* **To do**
Among the lines of the data, copy those that hold "VECTOR".

─── Data records ───

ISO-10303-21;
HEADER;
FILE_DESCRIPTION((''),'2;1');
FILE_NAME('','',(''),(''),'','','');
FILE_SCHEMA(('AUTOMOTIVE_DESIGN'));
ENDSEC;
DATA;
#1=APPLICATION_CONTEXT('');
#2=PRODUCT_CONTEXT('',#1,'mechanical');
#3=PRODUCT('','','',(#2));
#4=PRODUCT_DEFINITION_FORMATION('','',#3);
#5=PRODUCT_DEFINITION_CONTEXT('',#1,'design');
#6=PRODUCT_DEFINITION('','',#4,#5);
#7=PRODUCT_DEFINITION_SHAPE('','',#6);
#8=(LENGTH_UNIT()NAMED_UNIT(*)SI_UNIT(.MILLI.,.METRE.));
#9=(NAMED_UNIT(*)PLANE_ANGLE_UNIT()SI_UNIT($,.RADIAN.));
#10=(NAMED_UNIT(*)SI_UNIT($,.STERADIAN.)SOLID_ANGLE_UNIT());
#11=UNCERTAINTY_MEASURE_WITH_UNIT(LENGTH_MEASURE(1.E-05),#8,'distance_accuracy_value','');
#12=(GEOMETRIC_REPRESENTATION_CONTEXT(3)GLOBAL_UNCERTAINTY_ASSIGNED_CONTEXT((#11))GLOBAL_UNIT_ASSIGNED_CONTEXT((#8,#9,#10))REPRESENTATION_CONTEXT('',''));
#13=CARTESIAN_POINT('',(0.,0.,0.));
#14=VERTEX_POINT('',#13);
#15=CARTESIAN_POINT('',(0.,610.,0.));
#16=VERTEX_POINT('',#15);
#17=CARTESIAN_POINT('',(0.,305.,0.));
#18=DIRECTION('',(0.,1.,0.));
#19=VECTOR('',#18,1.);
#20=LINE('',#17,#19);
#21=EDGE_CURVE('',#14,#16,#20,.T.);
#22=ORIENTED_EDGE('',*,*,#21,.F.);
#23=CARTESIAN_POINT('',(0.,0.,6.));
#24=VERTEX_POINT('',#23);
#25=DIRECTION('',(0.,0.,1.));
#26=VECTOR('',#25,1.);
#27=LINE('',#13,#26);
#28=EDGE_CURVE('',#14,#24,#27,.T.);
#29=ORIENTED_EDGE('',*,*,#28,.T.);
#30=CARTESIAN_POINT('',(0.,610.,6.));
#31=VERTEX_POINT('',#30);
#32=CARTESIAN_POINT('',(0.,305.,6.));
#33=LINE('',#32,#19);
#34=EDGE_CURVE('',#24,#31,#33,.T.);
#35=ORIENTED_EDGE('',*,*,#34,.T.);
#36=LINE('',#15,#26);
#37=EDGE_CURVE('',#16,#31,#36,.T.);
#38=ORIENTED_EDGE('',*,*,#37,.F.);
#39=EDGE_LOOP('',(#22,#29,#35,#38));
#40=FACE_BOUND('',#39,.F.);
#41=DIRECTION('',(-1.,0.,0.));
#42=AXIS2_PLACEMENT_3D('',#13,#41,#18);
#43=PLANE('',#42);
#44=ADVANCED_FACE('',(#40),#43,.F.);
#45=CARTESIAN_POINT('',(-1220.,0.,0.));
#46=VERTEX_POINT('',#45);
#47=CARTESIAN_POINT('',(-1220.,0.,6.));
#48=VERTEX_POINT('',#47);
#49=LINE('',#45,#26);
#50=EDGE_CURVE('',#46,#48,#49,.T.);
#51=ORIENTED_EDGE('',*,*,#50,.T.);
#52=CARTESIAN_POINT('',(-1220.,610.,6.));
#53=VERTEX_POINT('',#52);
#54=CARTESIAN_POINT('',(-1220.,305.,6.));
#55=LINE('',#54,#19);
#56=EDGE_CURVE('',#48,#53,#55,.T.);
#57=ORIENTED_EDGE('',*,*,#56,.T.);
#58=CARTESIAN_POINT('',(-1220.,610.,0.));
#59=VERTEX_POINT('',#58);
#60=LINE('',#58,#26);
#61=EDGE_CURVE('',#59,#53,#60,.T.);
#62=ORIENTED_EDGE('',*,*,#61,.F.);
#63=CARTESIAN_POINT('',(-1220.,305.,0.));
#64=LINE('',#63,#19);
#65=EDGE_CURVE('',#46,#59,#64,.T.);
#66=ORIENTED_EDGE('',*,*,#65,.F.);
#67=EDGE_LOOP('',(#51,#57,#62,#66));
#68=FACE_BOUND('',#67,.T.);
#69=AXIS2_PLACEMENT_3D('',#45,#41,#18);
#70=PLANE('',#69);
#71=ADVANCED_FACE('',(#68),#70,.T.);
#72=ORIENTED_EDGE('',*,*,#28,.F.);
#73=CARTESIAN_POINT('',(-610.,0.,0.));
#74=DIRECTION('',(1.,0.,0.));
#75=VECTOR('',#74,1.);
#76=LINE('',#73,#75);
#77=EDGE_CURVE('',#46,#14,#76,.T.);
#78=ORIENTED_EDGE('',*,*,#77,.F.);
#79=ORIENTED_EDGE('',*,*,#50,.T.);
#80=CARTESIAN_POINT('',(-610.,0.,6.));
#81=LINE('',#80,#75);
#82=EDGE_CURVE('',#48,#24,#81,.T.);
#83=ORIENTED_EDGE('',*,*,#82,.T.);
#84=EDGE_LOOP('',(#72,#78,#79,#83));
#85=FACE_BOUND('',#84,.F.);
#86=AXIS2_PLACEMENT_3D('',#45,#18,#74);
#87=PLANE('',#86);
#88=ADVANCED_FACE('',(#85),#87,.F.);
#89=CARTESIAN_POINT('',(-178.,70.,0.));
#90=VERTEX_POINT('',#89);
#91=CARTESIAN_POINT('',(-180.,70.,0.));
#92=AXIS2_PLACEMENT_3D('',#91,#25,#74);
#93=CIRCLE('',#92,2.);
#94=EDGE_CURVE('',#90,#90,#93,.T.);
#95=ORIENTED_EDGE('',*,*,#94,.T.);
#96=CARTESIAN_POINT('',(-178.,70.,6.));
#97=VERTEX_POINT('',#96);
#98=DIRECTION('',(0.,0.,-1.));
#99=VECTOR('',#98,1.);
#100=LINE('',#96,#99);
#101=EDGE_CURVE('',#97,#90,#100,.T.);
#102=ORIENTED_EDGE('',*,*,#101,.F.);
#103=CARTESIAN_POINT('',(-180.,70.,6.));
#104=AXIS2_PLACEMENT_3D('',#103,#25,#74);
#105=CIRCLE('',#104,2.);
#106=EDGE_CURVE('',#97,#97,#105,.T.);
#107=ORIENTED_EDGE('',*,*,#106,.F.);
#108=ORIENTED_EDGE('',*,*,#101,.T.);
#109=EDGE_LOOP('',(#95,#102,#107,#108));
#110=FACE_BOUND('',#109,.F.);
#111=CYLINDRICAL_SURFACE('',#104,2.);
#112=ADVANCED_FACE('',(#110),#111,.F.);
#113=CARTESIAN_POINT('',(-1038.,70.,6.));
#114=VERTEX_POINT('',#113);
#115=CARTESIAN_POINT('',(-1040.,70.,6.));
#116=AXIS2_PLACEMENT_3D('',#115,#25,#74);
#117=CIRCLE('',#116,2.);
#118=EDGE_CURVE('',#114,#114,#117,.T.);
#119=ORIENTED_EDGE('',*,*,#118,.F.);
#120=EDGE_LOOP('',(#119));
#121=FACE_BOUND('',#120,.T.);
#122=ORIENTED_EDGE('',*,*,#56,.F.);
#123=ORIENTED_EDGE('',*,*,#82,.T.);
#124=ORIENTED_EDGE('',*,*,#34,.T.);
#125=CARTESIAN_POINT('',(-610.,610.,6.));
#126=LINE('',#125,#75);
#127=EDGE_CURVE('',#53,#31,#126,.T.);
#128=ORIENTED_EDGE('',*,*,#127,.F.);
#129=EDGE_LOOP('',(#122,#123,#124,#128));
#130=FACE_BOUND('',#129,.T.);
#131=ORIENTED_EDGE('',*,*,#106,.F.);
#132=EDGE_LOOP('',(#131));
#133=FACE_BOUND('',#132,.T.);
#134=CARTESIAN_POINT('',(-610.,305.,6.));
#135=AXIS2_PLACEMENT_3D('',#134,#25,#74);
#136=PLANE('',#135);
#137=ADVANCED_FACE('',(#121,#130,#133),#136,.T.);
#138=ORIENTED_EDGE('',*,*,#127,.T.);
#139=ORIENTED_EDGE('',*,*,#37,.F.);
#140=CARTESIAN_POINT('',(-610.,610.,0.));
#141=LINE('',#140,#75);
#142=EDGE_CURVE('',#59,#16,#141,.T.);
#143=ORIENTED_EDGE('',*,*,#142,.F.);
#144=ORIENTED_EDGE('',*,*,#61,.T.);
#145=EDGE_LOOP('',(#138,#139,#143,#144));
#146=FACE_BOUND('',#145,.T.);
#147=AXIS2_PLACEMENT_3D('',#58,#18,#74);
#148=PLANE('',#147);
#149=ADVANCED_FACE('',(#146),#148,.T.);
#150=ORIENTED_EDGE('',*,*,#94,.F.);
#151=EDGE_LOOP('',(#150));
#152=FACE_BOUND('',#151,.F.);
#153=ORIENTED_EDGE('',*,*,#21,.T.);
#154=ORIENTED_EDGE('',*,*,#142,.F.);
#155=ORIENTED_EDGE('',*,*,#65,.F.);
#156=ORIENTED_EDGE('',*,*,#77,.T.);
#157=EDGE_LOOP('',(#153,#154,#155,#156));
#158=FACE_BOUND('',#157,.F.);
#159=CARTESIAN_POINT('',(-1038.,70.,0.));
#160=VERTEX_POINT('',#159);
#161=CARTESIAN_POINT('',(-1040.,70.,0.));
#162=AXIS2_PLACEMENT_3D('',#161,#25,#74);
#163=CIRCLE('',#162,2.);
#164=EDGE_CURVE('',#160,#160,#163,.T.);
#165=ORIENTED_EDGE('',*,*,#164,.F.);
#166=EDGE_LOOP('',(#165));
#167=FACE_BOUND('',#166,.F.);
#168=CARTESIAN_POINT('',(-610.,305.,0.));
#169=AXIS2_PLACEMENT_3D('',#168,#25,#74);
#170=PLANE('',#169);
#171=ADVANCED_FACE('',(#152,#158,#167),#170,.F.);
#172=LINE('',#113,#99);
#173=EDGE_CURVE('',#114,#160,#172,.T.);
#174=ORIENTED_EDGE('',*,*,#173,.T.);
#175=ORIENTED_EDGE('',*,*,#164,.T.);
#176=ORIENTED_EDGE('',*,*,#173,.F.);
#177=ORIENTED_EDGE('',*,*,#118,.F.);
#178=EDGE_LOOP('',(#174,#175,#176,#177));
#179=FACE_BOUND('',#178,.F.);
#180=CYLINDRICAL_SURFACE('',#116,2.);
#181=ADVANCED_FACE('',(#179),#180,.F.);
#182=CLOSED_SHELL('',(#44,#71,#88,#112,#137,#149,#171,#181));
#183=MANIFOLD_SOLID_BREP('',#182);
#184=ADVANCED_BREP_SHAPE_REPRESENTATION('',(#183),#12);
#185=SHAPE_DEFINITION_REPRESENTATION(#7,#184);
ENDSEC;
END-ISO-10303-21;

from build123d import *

# Parameters (mm, degrees)
ESQUISSE1_W             = 1220
ESQUISSE1_H             = 610
BOSS_EXTRU_1_DEPTH      = 6
ESQUISSE2_R             = 2
ENL_V_MAT_EXTRU_1_DEPTH = 6


with BuildPart() as part:
    # Esquisse1 → Boss.-Extru.1 (new body)
    with BuildSketch(Plane.XY):
        with Locations((-610, 305)):
            Rectangle(ESQUISSE1_W, ESQUISSE1_H)
    extrude(amount=BOSS_EXTRU_1_DEPTH)

    # Esquisse2 → Enlèv. mat.-Extru.1 (cut)
    with BuildSketch(Plane.XY.offset(6)):
        with Locations((-1040, 70)):
            Circle(ESQUISSE2_R)
        with Locations((-180, 70)):
            Circle(ESQUISSE2_R)
    extrude(amount=-ENL_V_MAT_EXTRU_1_DEPTH, mode=Mode.SUBTRACT)


solid = part.part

───

* **Result of this task**
#19=VECTOR('',#18,1.);
#26=VECTOR('',#25,1.);
#75=VECTOR('',#74,1.);
#99=VECTOR('',#98,1.);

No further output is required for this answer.